## Exercise directions:
Please output the section of the listing below that opens with the line containing "f 679 677 423" and closes with the line containing "f 439 442 218", exactly and with nothing else.

## Task material:
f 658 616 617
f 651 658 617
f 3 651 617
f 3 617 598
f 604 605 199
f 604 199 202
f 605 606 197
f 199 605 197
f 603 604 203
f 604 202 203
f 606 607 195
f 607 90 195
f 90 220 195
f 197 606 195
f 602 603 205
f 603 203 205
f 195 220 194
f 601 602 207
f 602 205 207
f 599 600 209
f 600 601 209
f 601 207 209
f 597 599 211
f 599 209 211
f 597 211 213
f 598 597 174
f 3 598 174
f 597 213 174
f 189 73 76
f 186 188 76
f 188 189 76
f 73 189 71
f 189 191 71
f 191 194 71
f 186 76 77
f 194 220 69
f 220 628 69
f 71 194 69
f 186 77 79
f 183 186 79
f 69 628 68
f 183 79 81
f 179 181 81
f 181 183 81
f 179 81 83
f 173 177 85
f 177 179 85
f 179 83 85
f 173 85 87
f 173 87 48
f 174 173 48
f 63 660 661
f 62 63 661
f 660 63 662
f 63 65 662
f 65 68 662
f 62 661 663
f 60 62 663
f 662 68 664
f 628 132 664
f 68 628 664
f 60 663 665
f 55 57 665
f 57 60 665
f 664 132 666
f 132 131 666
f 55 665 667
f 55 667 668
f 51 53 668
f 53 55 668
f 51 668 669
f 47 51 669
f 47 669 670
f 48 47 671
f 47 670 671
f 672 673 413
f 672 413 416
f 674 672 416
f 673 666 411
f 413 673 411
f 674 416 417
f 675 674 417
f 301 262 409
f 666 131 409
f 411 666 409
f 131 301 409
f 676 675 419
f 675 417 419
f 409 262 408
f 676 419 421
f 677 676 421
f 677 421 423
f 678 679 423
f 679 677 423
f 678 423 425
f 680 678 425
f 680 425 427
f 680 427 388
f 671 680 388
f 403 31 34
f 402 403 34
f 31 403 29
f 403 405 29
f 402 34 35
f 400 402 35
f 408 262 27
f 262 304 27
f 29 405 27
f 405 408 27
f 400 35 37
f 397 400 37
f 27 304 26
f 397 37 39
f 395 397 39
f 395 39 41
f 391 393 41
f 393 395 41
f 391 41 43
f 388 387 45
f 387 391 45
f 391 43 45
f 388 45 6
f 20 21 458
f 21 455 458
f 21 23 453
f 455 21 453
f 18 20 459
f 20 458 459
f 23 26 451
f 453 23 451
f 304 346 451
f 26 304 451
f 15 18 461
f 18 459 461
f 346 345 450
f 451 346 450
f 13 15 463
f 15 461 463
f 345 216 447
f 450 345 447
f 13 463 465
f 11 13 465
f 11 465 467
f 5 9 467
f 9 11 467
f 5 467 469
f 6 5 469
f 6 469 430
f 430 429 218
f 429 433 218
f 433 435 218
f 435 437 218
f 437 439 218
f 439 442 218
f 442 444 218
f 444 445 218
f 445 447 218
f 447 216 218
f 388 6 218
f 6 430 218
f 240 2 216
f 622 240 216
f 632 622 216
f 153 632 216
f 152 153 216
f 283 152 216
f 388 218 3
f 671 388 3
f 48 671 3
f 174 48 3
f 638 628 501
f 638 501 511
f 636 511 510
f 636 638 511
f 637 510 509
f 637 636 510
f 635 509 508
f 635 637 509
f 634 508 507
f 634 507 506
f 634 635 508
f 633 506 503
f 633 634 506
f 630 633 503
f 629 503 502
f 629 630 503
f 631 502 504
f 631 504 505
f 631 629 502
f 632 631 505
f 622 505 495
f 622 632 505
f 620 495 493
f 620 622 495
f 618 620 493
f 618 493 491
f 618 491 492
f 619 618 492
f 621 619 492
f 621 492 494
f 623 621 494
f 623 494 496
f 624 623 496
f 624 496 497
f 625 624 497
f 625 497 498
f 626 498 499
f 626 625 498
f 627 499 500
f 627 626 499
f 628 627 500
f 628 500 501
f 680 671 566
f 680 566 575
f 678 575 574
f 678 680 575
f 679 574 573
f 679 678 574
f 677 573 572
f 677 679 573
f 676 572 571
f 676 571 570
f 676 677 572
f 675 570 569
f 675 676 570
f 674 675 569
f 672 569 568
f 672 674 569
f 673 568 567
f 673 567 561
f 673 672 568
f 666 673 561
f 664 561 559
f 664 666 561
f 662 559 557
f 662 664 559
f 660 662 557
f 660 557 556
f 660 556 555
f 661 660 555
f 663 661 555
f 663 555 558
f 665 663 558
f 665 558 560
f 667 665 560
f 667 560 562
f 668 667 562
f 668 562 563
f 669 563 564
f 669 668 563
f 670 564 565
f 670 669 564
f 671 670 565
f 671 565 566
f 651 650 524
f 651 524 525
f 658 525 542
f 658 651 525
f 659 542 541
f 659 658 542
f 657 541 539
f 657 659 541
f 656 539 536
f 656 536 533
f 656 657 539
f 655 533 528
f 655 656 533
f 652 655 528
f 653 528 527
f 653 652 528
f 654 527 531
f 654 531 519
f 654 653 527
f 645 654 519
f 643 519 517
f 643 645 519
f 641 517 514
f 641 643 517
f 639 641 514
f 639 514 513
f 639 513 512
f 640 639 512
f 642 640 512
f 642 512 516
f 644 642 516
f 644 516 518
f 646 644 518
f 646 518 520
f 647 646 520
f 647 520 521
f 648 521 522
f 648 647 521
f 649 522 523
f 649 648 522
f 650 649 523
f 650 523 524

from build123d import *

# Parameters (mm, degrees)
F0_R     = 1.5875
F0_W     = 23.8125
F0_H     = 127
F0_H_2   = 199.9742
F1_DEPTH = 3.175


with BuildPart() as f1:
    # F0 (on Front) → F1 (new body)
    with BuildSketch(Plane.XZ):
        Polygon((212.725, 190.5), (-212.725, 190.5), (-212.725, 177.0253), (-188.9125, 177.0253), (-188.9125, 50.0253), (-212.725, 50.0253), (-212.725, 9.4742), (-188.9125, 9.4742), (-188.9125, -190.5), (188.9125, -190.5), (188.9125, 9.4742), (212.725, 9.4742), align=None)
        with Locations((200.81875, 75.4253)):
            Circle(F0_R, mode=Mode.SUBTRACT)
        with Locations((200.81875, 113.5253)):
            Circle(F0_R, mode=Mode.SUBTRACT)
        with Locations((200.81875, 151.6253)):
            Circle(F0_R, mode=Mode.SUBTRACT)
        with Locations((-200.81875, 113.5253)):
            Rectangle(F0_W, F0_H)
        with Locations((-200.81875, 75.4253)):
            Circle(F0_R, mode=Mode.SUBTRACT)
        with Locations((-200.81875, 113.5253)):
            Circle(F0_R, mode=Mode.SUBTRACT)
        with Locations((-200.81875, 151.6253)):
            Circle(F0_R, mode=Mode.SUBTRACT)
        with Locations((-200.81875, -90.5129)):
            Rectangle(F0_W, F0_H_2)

## The completed task:
f 679 677 423
f 678 423 425
f 680 678 425
f 680 425 427
f 680 427 388
f 671 680 388
f 403 31 34
f 402 403 34
f 31 403 29
f 403 405 29
f 402 34 35
f 400 402 35
f 408 262 27
f 262 304 27
f 29 405 27
f 405 408 27
f 400 35 37
f 397 400 37
f 27 304 26
f 397 37 39
f 395 397 39
f 395 39 41
f 391 393 41
f 393 395 41
f 391 41 43
f 388 387 45
f 387 391 45
f 391 43 45
f 388 45 6
f 20 21 458
f 21 455 458
f 21 23 453
f 455 21 453
f 18 20 459
f 20 458 459
f 23 26 451
f 453 23 451
f 304 346 451
f 26 304 451
f 15 18 461
f 18 459 461
f 346 345 450
f 451 346 450
f 13 15 463
f 15 461 463
f 345 216 447
f 450 345 447
f 13 463 465
f 11 13 465
f 11 465 467
f 5 9 467
f 9 11 467
f 5 467 469
f 6 5 469
f 6 469 430
f 430 429 218
f 429 433 218
f 433 435 218
f 435 437 218
f 437 439 218
f 439 442 218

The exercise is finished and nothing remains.